Therapeutic target in systemic lupus erythematosus validated for atacicept Audited

Our research and development work in Autoimmune and Inflammatory Diseases focuses on proteins that modulate key pathogenic mechanisms in these diseases. We are developing the recombinant protein atacicept for autoimmune diseases such as systemic lupus erythematosus (SLE). This innovative compound blocks the two immunomodulatory factors APRIL and BLyS. They are important for the survival and the proliferation of lymphocytes that trigger an abnormal immune reaction against the patient’s own normal tissues.

SLE is a chronic, autoimmune disease that mainly affects women and is an area of great unmet medical need. We are currently enrolling patients into a Phase II/III clinical trial with atacicept in SLE. In the second half of 2009, a competitor published positive data from two Phase III trials in SLE involving a BLyS-targeted compound administered intravenously. These results are encouraging for us since atacicept targets not only BLyS but also APRIL, and is administered by subcutaneous injection, which is more convenient for patients than an infusion.

In 2008, we discontinued a Phase II/III study in lupus nephritis (LN), a particularly severe form of kidney failure, owing to infections that were probably the result of significant disease activity coupled with the concomitant use of several immunosuppressive medications. Having evaluated the trial data, we are now adjusting the clinical development plan for atacicept in lupus nephritis.

We analyzed the results of our Phase II trials with atacicept in rheumatoid arthritis (RA). Although we noted strong biological effects and indications of clinical benefit, the efficacy data did not correspond to our criteria for a move to Phase III.

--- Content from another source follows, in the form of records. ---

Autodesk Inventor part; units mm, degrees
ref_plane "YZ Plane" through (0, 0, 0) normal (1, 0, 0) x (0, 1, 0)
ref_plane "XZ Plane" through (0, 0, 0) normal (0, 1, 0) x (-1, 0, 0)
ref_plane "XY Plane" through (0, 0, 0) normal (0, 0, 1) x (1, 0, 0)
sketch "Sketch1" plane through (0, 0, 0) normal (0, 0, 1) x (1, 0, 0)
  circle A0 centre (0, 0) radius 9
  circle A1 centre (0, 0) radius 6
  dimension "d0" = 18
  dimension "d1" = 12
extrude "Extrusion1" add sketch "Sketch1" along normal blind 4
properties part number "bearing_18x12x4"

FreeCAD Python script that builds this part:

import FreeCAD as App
import Part
import Sketcher
from FreeCAD import Vector

doc = App.newDocument("Part")
body = doc.addObject("PartDesign::Body", "Body")

# Sketch on XY plane
sketch1 = body.newObject("Sketcher::SketchObject", "Sketch")
sketch1.AttachmentSupport = (doc.getObject("XY_Plane"), [""])
sketch1.MapMode = "FlatFace"
sketch1.addGeometry(Part.Circle(Vector(0, 0, 0), Vector(0, 0, 1), 9), False)
sketch1.addGeometry(Part.Circle(Vector(0, 0, 0), Vector(0, 0, 1), 6), False)
sketch1.addConstraint(Sketcher.Constraint("Coincident", 0, 3, -1, 1))
sketch1.addConstraint(Sketcher.Constraint("Coincident", 1, 3, -1, 1))
sketch1.addConstraint(Sketcher.Constraint("Diameter", 0, 18.0))
sketch1.addConstraint(Sketcher.Constraint("Diameter", 1, 12.0))
pad1 = body.newObject("PartDesign::Pad", "Pad")
pad1.Profile = sketch1
pad1.Length = 4

doc.recompute()
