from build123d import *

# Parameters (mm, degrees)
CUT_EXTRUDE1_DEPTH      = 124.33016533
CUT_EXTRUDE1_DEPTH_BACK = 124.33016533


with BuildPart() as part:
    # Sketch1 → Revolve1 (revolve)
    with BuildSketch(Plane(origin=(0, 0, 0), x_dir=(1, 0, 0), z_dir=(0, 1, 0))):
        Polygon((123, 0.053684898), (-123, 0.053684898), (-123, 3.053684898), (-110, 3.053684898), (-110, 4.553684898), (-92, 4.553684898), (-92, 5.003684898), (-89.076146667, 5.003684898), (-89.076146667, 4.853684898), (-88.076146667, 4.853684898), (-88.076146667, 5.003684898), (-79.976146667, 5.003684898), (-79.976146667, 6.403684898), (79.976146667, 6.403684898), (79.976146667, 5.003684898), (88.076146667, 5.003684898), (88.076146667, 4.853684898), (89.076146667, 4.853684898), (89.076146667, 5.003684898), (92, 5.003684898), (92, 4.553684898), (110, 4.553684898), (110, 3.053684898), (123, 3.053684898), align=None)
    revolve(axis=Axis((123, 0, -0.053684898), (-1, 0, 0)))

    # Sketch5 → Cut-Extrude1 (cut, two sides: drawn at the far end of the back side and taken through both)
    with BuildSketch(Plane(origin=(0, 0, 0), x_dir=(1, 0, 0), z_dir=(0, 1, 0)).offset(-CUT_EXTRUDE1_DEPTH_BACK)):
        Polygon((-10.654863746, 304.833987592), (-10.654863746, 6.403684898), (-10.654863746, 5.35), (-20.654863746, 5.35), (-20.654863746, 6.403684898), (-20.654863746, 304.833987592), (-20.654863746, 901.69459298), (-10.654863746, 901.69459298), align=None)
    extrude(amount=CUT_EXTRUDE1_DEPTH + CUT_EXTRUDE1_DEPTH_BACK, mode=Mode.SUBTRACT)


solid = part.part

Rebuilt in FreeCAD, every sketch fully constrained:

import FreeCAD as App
import Part
import Sketcher

V = App.Vector


def add_polygon(sketch, points):
    """Adds a closed chain of lines whose ends are joined by coincident constraints."""
    first, n = sketch.GeometryCount, len(points)
    for a, b in zip(points, points[1:] + points[:1]):
        sketch.addGeometry(Part.LineSegment(App.Vector(*a, 0), App.Vector(*b, 0)), False)
    for i in range(n):
        sketch.addConstraint(Sketcher.Constraint("Coincident", first + i, 2, first + (i + 1) % n, 1))

doc = App.newDocument("Part")
body = doc.addObject("PartDesign::Body", "Body")

# Sketch on XZ plane
sketch1 = body.newObject("Sketcher::SketchObject", "Sketch")
sketch1.AttachmentSupport = (doc.getObject("XZ_Plane"), [""])
sketch1.MapMode = "FlatFace"
add_polygon(sketch1, [(-123, -0.053685), (123, -0.053685), (123, -3.053685), (110, -3.053685), (110, -4.553685), (92, -4.553685), (92, -5.003685), (89.076147, -5.003685), (89.076147, -4.853685), (88.076147, -4.853685), (88.076147, -5.003685), (79.976147, -5.003685), (79.976147, -6.403685), (-79.976147, -6.403685), (-79.976147, -5.003685), (-88.076147, -5.003685), (-88.076147, -4.853685), (-89.076147, -4.853685), (-89.076147, -5.003685), (-92, -5.003685), (-92, -4.553685), (-110, -4.553685), (-110, -3.053685), (-123, -3.053685)])  # lines 0-23
sketch1.addGeometry(Part.LineSegment(V(123, -0.053685, 0), V(-123, -0.053685, 0)), True)  # axis
sketch1.addConstraint([
    Sketcher.Constraint("Horizontal", 0),
    Sketcher.Constraint("Vertical", 1),
    Sketcher.Constraint("Horizontal", 2),
    Sketcher.Constraint("Vertical", 3),
    Sketcher.Constraint("Horizontal", 4),
    Sketcher.Constraint("Vertical", 5),
    Sketcher.Constraint("Horizontal", 6),
    Sketcher.Constraint("Vertical", 7),
    Sketcher.Constraint("Horizontal", 8),
    Sketcher.Constraint("Vertical", 9),
    Sketcher.Constraint("Horizontal", 10),
    Sketcher.Constraint("Vertical", 11),
    Sketcher.Constraint("Horizontal", 12),
    Sketcher.Constraint("Vertical", 13),
    Sketcher.Constraint("Horizontal", 14),
    Sketcher.Constraint("Vertical", 15),
    Sketcher.Constraint("Horizontal", 16),
    Sketcher.Constraint("Vertical", 17),
    Sketcher.Constraint("Horizontal", 18),
    Sketcher.Constraint("Vertical", 19),
    Sketcher.Constraint("Horizontal", 20),
    Sketcher.Constraint("Vertical", 21),
    Sketcher.Constraint("Horizontal", 22),
    Sketcher.Constraint("Vertical", 23),
    Sketcher.Constraint("Horizontal", 24),
    Sketcher.Constraint("Coincident", 24, 1, 0, 2),
    Sketcher.Constraint("Symmetric", 10, 2, 13, 2, -2),
    Sketcher.Constraint("Symmetric", 8, 2, 15, 2, -2),
    Sketcher.Constraint("Symmetric", 6, 2, 17, 2, -2),
    Sketcher.Constraint("Symmetric", 4, 2, 19, 2, -2),
    Sketcher.Constraint("Symmetric", 2, 2, 21, 2, -2),
    Sketcher.Constraint("Horizontal", 6, 2, 9, 2),
    Sketcher.Constraint("Vertical", 22, 2, 24, 2),
    Sketcher.Constraint("Equal", 2, 22),
    Sketcher.Constraint("DistanceX", 0, 1, 0, 2, 246.0),
    Sketcher.Constraint("DistanceX", 2, 2, 2, 1, 13.0),
    Sketcher.Constraint("DistanceX", 4, 2, 4, 1, 18.0),
    Sketcher.Constraint("DistanceX", 8, 2, 8, 1, 1.0),
    Sketcher.Constraint("DistanceY", 1, 2, 1, 1, 3.0),
    Sketcher.Constraint("DistanceX", 10, 2, 10, 1, 8.1),
    Sketcher.Constraint("DistanceY", 3, 2, 3, 1, 1.5),
    Sketcher.Constraint("DistanceY", 11, 2, 11, 1, 1.4),
    Sketcher.Constraint("DistanceY", 5, 2, 5, 1, 0.45),
    Sketcher.Constraint("DistanceY", 7, 1, 7, 2, 0.15),
    Sketcher.Constraint("DistanceX", 6, 2, 6, 1, 2.923853),
    Sketcher.Constraint("DistanceY", 0, 2, -1, 1, 0.053685),
])
revolution = body.newObject("PartDesign::Revolution", "Revolution")
revolution.Profile = sketch1
revolution.ReferenceAxis = (sketch1, ["Axis0"])
revolution.Angle = 360

# Sketch on XZ plane
sketch2 = body.newObject("Sketcher::SketchObject", "Sketch001")
sketch2.AttachmentSupport = (doc.getObject("XZ_Plane"), [""])
sketch2.MapMode = "FlatFace"
add_polygon(sketch2, [(-10.654864, -5.35), (-10.654864, -901.694593), (-20.654864, -901.694593), (-20.654864, -5.35)])  # lines 0-3
sketch2.addConstraint([
    Sketcher.Constraint("Vertical", 0),
    Sketcher.Constraint("Horizontal", 1),
    Sketcher.Constraint("Vertical", 2),
    Sketcher.Constraint("Horizontal", 3),
    Sketcher.Constraint("DistanceX", 1, 2, 1, 1, 10.0),
    Sketcher.Constraint("DistanceY", 2, 2, -1, 1, 5.35),
    Sketcher.Constraint("DistanceY", 0, 2, 0, 1, 896.344593),
    Sketcher.Constraint("DistanceX", 0, 2, -1, 1, 10.654864),
])
pocket1 = body.newObject("PartDesign::Pocket", "Pocket")
pocket1.Profile = sketch2
pocket1.Type = "ThroughAll"
pocket1.Midplane = True

doc.recompute()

Thanks to its novel mechanism of action, fibroblast growth factor 18 (FGF 18) could be the first disease-modifying treatment for osteoarthritis and the repair of cartilage damaged following injury. In the laboratory it has been shown to stimulate the regeneration of articular cartilage defects. FGF 18 may thus support the healing of degenerative joint disease instead of simply treating its symptoms. Patient enrollment was completed early for two Phase I clinical trials that are currently underway.